Several years ago, my son, who did a PhD thesis on the reception history of Max Weber, the founding father of sociology, introduced me to two influential essays by Weber, entitled respectively Science as a Vocation and Politics as a Vocation. In them Weber discusses what problems you have to face, and what personality and character you have to own, if you decide to make these fields your calling, and he’s surprisingly thoughtful and yet practical about it.
I thought it would be interesting to begin to think about the same questions with respect to entering the field of Quantitative Finance, particularly from a practitioner’s point of view.
According to Zvi Bodie, financial engineering is the application of science-based mathematical models to decisions about saving, investing, borrowing, lending, and managing risk. I think that’s a reasonable definition.
Science – mechanics, electrodynamics, molecular biology, etc., – seeks to discover the fundamental principles that describe the world, and is usually reductive and analytic. Engineering is about using those principles, constructively and synthetically, for a purpose. Thus, mechanical engineering is concerned with building devices based on Newton’s laws, suitably combined with heuristic or empirical rules about more complex forces (friction, for example) that are too difficult to derive from first principles. Electrical engineering is the study of how to create useful electrical devices based on Maxwell’s equations and solid-state physics, combined with similar heuristics. Similarly, bio-engineering is the art of building prosthetics and other biologically active devices based on the principles of biochemistry, physiology and molecular biology.
So what is financial engineering? In a logically consistent world, financial engineering should be layered above a solid base of financial science. Financial engineering would be the study of how to create functional financial devices – convertible bonds, warrants, synthetic CDOs, etc. – that perform in desired ways, not just at expiration, but throughout their lifetime. That’s what Black-Scholes does – it tells you, under certain assumptions, how to engineer a perfect option from stock and bonds.

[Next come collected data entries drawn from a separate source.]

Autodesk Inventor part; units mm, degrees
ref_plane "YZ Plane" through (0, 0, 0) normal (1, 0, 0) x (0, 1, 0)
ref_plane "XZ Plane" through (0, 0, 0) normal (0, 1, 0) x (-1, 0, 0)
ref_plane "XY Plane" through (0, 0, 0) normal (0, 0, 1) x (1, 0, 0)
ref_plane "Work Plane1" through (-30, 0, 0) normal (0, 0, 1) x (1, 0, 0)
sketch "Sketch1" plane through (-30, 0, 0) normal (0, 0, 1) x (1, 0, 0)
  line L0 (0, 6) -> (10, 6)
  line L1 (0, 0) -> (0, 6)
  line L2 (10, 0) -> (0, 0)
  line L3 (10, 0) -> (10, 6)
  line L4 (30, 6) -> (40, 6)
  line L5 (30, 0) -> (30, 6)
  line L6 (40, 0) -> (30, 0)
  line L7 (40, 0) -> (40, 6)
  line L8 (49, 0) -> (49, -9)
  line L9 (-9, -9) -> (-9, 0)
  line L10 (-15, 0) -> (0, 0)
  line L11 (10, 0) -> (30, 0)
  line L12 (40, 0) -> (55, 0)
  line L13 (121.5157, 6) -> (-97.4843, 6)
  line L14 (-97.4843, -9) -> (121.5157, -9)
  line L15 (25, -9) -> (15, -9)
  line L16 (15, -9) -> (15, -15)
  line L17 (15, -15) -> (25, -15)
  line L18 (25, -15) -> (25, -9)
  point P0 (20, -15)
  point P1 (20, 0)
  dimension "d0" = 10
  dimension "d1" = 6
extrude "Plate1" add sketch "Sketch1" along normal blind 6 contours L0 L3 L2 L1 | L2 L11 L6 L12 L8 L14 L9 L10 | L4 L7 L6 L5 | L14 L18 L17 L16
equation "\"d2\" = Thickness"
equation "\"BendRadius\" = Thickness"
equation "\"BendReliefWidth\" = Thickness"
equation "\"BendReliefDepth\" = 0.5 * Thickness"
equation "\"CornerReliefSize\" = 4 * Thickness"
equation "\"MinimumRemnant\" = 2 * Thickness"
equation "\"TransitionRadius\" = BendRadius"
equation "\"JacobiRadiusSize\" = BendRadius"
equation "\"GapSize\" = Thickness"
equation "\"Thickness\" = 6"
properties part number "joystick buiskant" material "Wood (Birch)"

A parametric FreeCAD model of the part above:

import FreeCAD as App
import Part
import Sketcher

V = App.Vector

doc = App.newDocument("Part")
body = doc.addObject("PartDesign::Body", "Body")

sketch1 = body.newObject("Sketcher::SketchObject", "Sketch")
sketch1.AttachmentSupport = (doc.getObject("XY_Plane"), [""])
sketch1.MapMode = "FlatFace"
sketch1.addGeometry(Part.LineSegment(V(-20, 6, 0), V(-30, 6, 0)), False)
sketch1.addGeometry(Part.LineSegment(V(-30, 6, 0), V(-30, 0, 0)), False)
sketch1.addGeometry(Part.LineSegment(V(-30, 0, 0), V(-39, 0, 0)), False)
sketch1.addGeometry(Part.LineSegment(V(-39, 0, 0), V(-39, -9, 0)), False)
sketch1.addGeometry(Part.LineSegment(V(-39, -9, 0), V(-15, -9, 0)), False)
sketch1.addGeometry(Part.LineSegment(V(-15, -9, 0), V(-15, -15, 0)), False)
sketch1.addGeometry(Part.LineSegment(V(-15, -15, 0), V(-5, -15, 0)), False)
sketch1.addGeometry(Part.LineSegment(V(-5, -15, 0), V(-5, -9, 0)), False)
sketch1.addGeometry(Part.LineSegment(V(-5, -9, 0), V(19, -9, 0)), False)
sketch1.addGeometry(Part.LineSegment(V(19, -9, 0), V(19, 0, 0)), False)
sketch1.addGeometry(Part.LineSegment(V(19, 0, 0), V(10, 0, 0)), False)
sketch1.addGeometry(Part.LineSegment(V(10, 0, 0), V(10, 6, 0)), False)
sketch1.addGeometry(Part.LineSegment(V(10, 6, 0), V(0, 6, 0)), False)
sketch1.addGeometry(Part.LineSegment(V(0, 6, 0), V(0, 0, 0)), False)
sketch1.addGeometry(Part.LineSegment(V(0, 0, 0), V(-20, 0, 0)), False)
sketch1.addGeometry(Part.LineSegment(V(-20, 0, 0), V(-20, 6, 0)), False)
sketch1.addConstraint(Sketcher.Constraint("Coincident", 0, 2, 1, 1))
sketch1.addConstraint(Sketcher.Constraint("Coincident", 1, 2, 2, 1))
sketch1.addConstraint(Sketcher.Constraint("Coincident", 2, 2, 3, 1))
sketch1.addConstraint(Sketcher.Constraint("Coincident", 3, 2, 4, 1))
sketch1.addConstraint(Sketcher.Constraint("Coincident", 4, 2, 5, 1))
sketch1.addConstraint(Sketcher.Constraint("Coincident", 5, 2, 6, 1))
sketch1.addConstraint(Sketcher.Constraint("Coincident", 6, 2, 7, 1))
sketch1.addConstraint(Sketcher.Constraint("Coincident", 7, 2, 8, 1))
sketch1.addConstraint(Sketcher.Constraint("Coincident", 8, 2, 9, 1))
sketch1.addConstraint(Sketcher.Constraint("Coincident", 9, 2, 10, 1))
sketch1.addConstraint(Sketcher.Constraint("Coincident", 10, 2, 11, 1))
sketch1.addConstraint(Sketcher.Constraint("Coincident", 11, 2, 12, 1))
sketch1.addConstraint(Sketcher.Constraint("Coincident", 12, 2, 13, 1))
sketch1.addConstraint(Sketcher.Constraint("Coincident", 13, 2, 14, 1))
sketch1.addConstraint(Sketcher.Constraint("Coincident", 14, 2, 15, 1))
sketch1.addConstraint(Sketcher.Constraint("Coincident", 15, 2, 0, 1))
sketch1.addConstraint(Sketcher.Constraint("Horizontal", 0))
sketch1.addConstraint(Sketcher.Constraint("Vertical", 1))
sketch1.addConstraint(Sketcher.Constraint("Horizontal", 2))
sketch1.addConstraint(Sketcher.Constraint("Vertical", 3))
sketch1.addConstraint(Sketcher.Constraint("Horizontal", 4))
sketch1.addConstraint(Sketcher.Constraint("Vertical", 5))
sketch1.addConstraint(Sketcher.Constraint("Horizontal", 6))
sketch1.addConstraint(Sketcher.Constraint("Vertical", 7))
sketch1.addConstraint(Sketcher.Constraint("Horizontal", 8))
sketch1.addConstraint(Sketcher.Constraint("Vertical", 9))
sketch1.addConstraint(Sketcher.Constraint("Horizontal", 10))
sketch1.addConstraint(Sketcher.Constraint("Vertical", 11))
sketch1.addConstraint(Sketcher.Constraint("Horizontal", 12))
sketch1.addConstraint(Sketcher.Constraint("Vertical", 13))
sketch1.addConstraint(Sketcher.Constraint("Horizontal", 14))
sketch1.addConstraint(Sketcher.Constraint("Vertical", 15))
sketch1.addConstraint(Sketcher.Constraint("Coincident", 13, 2, -1, 1))
sketch1.addConstraint(Sketcher.Constraint("PointOnObject", 1, 2, -1))
sketch1.addConstraint(Sketcher.Constraint("PointOnObject", 9, 2, -1))
sketch1.addConstraint(Sketcher.Constraint("Horizontal", 4, 2, 7, 2))
sketch1.addConstraint(Sketcher.Constraint("Horizontal", 0, 2, 11, 2))
sketch1.addConstraint(Sketcher.Constraint("Equal", 0, 6))
sketch1.addConstraint(Sketcher.Constraint("Equal", 4, 8))
sketch1.addConstraint(Sketcher.Constraint("Equal", 2, 10))
sketch1.addConstraint(Sketcher.Constraint("Equal", 6, 12))
sketch1.addConstraint(Sketcher.Constraint("Equal", 10, 3))
sketch1.addConstraint(Sketcher.Constraint("Equal", 1, 5))
sketch1.addConstraint(Sketcher.Constraint("DistanceX", 0, 2, 0, 1, 10.0))
sketch1.addConstraint(Sketcher.Constraint("DistanceY", 1, 2, 1, 1, 6.0))
sketch1.addConstraint(Sketcher.Constraint("DistanceX", 2, 2, 2, 1, 9.0))
sketch1.addConstraint(Sketcher.Constraint("DistanceX", 4, 1, 4, 2, 24.0))
pad1 = body.newObject("PartDesign::Pad", "Pad")
pad1.Profile = sketch1
pad1.Length = 6

doc.recompute()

But what exactly is financial science?
Canonical financial engineering or quantitative finance rests upon the science of Brownian motion and other idealizations that, while they capture some of the essential features of uncertainty, are not finally very accurate descriptions of the characteristic behavior of financial objects. (You should perhaps even object to my use of the word ‘characteristic’ since it’s not clear that financial markets even have time-invariant characteristics.) Markets are filled with anomalies that disagree with standard theories. Stock evolution, to take just one of many examples, isn’t Brownian. We don’t really know what describes its motion. Maybe we never will. And when we try to model stochastic volatility, it’s an order of magnitude vaguer.

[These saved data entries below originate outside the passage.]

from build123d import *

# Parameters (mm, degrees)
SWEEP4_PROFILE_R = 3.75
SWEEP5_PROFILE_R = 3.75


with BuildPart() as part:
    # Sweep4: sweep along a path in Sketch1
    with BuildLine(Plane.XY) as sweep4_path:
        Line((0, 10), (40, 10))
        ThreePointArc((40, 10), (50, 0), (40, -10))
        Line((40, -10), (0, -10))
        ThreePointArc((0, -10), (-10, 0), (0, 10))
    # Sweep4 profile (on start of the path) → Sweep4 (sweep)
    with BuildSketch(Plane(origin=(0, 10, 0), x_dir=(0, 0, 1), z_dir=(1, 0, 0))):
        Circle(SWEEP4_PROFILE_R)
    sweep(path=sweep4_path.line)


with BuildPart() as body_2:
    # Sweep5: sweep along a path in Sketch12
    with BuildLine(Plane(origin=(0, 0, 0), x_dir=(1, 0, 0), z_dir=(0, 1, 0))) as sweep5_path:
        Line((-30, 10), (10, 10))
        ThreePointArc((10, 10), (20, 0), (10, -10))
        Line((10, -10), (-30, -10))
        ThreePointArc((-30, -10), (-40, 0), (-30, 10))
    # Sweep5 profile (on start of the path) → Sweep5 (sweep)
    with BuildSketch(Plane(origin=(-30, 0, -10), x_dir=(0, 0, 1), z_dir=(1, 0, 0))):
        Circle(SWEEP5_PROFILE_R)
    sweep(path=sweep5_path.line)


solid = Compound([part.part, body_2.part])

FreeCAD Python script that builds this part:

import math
import FreeCAD as App
import Part
import Sketcher
from FreeCAD import Vector

doc = App.newDocument("Part")
body = doc.addObject("PartDesign::Body", "Body")

# Sketch on YZ plane
sketch1 = body.newObject("Sketcher::SketchObject", "Sketch")
sketch1.AttachmentSupport = (doc.getObject("YZ_Plane"), [""])
sketch1.MapMode = "FlatFace"
sketch1.addGeometry(Part.Circle(Vector(10, 0, 0), Vector(0, 0, 1), 3.75), False)
sketch1.addConstraint(Sketcher.Constraint("PointOnObject", 0, 3, -1))
sketch1.addConstraint(Sketcher.Constraint("Diameter", 0, 7.5))
sketch1.addConstraint(Sketcher.Constraint("DistanceX", -1, 1, 0, 3, 10.0))

# Sketch on XY plane
sketch2 = body.newObject("Sketcher::SketchObject", "Sketch001")
sketch2.AttachmentSupport = (doc.getObject("XY_Plane"), [""])
sketch2.MapMode = "FlatFace"
sketch2.addGeometry(Part.LineSegment(Vector(0, 10, 0), Vector(40, 10, 0)), False)
sketch2.addGeometry(Part.ArcOfCircle(Part.Circle(Vector(40, 0, 0), Vector(0, 0, 1), 10), math.radians(-90), math.radians(90)), False)
sketch2.addGeometry(Part.LineSegment(Vector(40, -10, 0), Vector(0, -10, 0)), False)
sketch2.addGeometry(Part.ArcOfCircle(Part.Circle(Vector(0, 0, 0), Vector(0, 0, 1), 10), math.radians(90), math.radians(270)), False)
sketch2.addConstraint(Sketcher.Constraint("Tangent", 0, 2, 1, 2))
sketch2.addConstraint(Sketcher.Constraint("Tangent", 1, 1, 2, 1))
sketch2.addConstraint(Sketcher.Constraint("Tangent", 2, 2, 3, 2))
sketch2.addConstraint(Sketcher.Constraint("Tangent", 3, 1, 0, 1))
sketch2.addConstraint(Sketcher.Constraint("Horizontal", 0))
sketch2.addConstraint(Sketcher.Constraint("Horizontal", 2))
sketch2.addConstraint(Sketcher.Constraint("Coincident", 3, 3, -1, 1))
sketch2.addConstraint(Sketcher.Constraint("Radius", 1, 10.0))
sketch2.addConstraint(Sketcher.Constraint("DistanceX", 0, 1, 0, 2, 40.0))
doc.recompute()

additivepipe = body.newObject("PartDesign::AdditivePipe", "AdditivePipe")
additivepipe.Profile = sketch1
additivepipe.Spine = (sketch2, ["Edge1", "Edge2", "Edge3", "Edge4"])
body2 = doc.addObject("PartDesign::Body", "Body001")

# Sketch on YZ plane
sketch3 = body2.newObject("Sketcher::SketchObject", "Sketch002")
sketch3.AttachmentSupport = (doc.getObject("YZ_Plane001"), [""])
sketch3.MapMode = "FlatFace"
sketch3.AttachmentOffset = App.Placement(Vector(0, 0, -30), App.Rotation())
sketch3.addGeometry(Part.Circle(Vector(0, -10, 0), Vector(0, 0, 1), 3.75), False)
sketch3.addConstraint(Sketcher.Constraint("PointOnObject", 0, 3, -2))
sketch3.addConstraint(Sketcher.Constraint("Diameter", 0, 7.5))
sketch3.addConstraint(Sketcher.Constraint("DistanceY", 0, 3, -1, 1, 10.0))

# Sketch on XZ plane
sketch4 = body2.newObject("Sketcher::SketchObject", "Sketch003")
sketch4.AttachmentSupport = (doc.getObject("XZ_Plane001"), [""])
sketch4.MapMode = "FlatFace"
sketch4.addGeometry(Part.LineSegment(Vector(-30, -10, 0), Vector(10, -10, 0)), False)
sketch4.addGeometry(Part.ArcOfCircle(Part.Circle(Vector(10, 0, 0), Vector(0, 0, 1), 10), math.radians(-90), math.radians(90)), False)
sketch4.addGeometry(Part.LineSegment(Vector(10, 10, 0), Vector(-30, 10, 0)), False)
sketch4.addGeometry(Part.ArcOfCircle(Part.Circle(Vector(-30, 0, 0), Vector(0, 0, 1), 10), math.radians(90), math.radians(270)), False)
sketch4.addConstraint(Sketcher.Constraint("Tangent", 0, 2, 1, 1))
sketch4.addConstraint(Sketcher.Constraint("Tangent", 1, 2, 2, 1))
sketch4.addConstraint(Sketcher.Constraint("Tangent", 2, 2, 3, 1))
sketch4.addConstraint(Sketcher.Constraint("Tangent", 3, 2, 0, 1))
sketch4.addConstraint(Sketcher.Constraint("Horizontal", 0))
sketch4.addConstraint(Sketcher.Constraint("Horizontal", 2))
sketch4.addConstraint(Sketcher.Constraint("PointOnObject", 1, 3, -1))
sketch4.addConstraint(Sketcher.Constraint("Radius", 1, 10.0))
sketch4.addConstraint(Sketcher.Constraint("DistanceX", 0, 1, 0, 2, 40.0))
sketch4.addConstraint(Sketcher.Constraint("DistanceX", -1, 1, 1, 3, 10.0))
doc.recompute()

additivepipe2 = body2.newObject("PartDesign::AdditivePipe", "AdditivePipe001")
additivepipe2.Profile = sketch3
additivepipe2.Spine = (sketch4, ["Edge1", "Edge2", "Edge3", "Edge4"])

doc.recompute()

So, the point I want to make, for those people who consider coming into the field from one of the hard sciences, is that financial engineering rests on a shaky basis. That’s not to say that it isn’t worth doing. In one sense it makes it more interesting. If you’re going to work in this field, you have to understand that you’re not doing classical science at all, and that the classical scientific approach doesn’t have the unimpeachable value it has in the hard sciences. You have to ask yourself if you can live with that.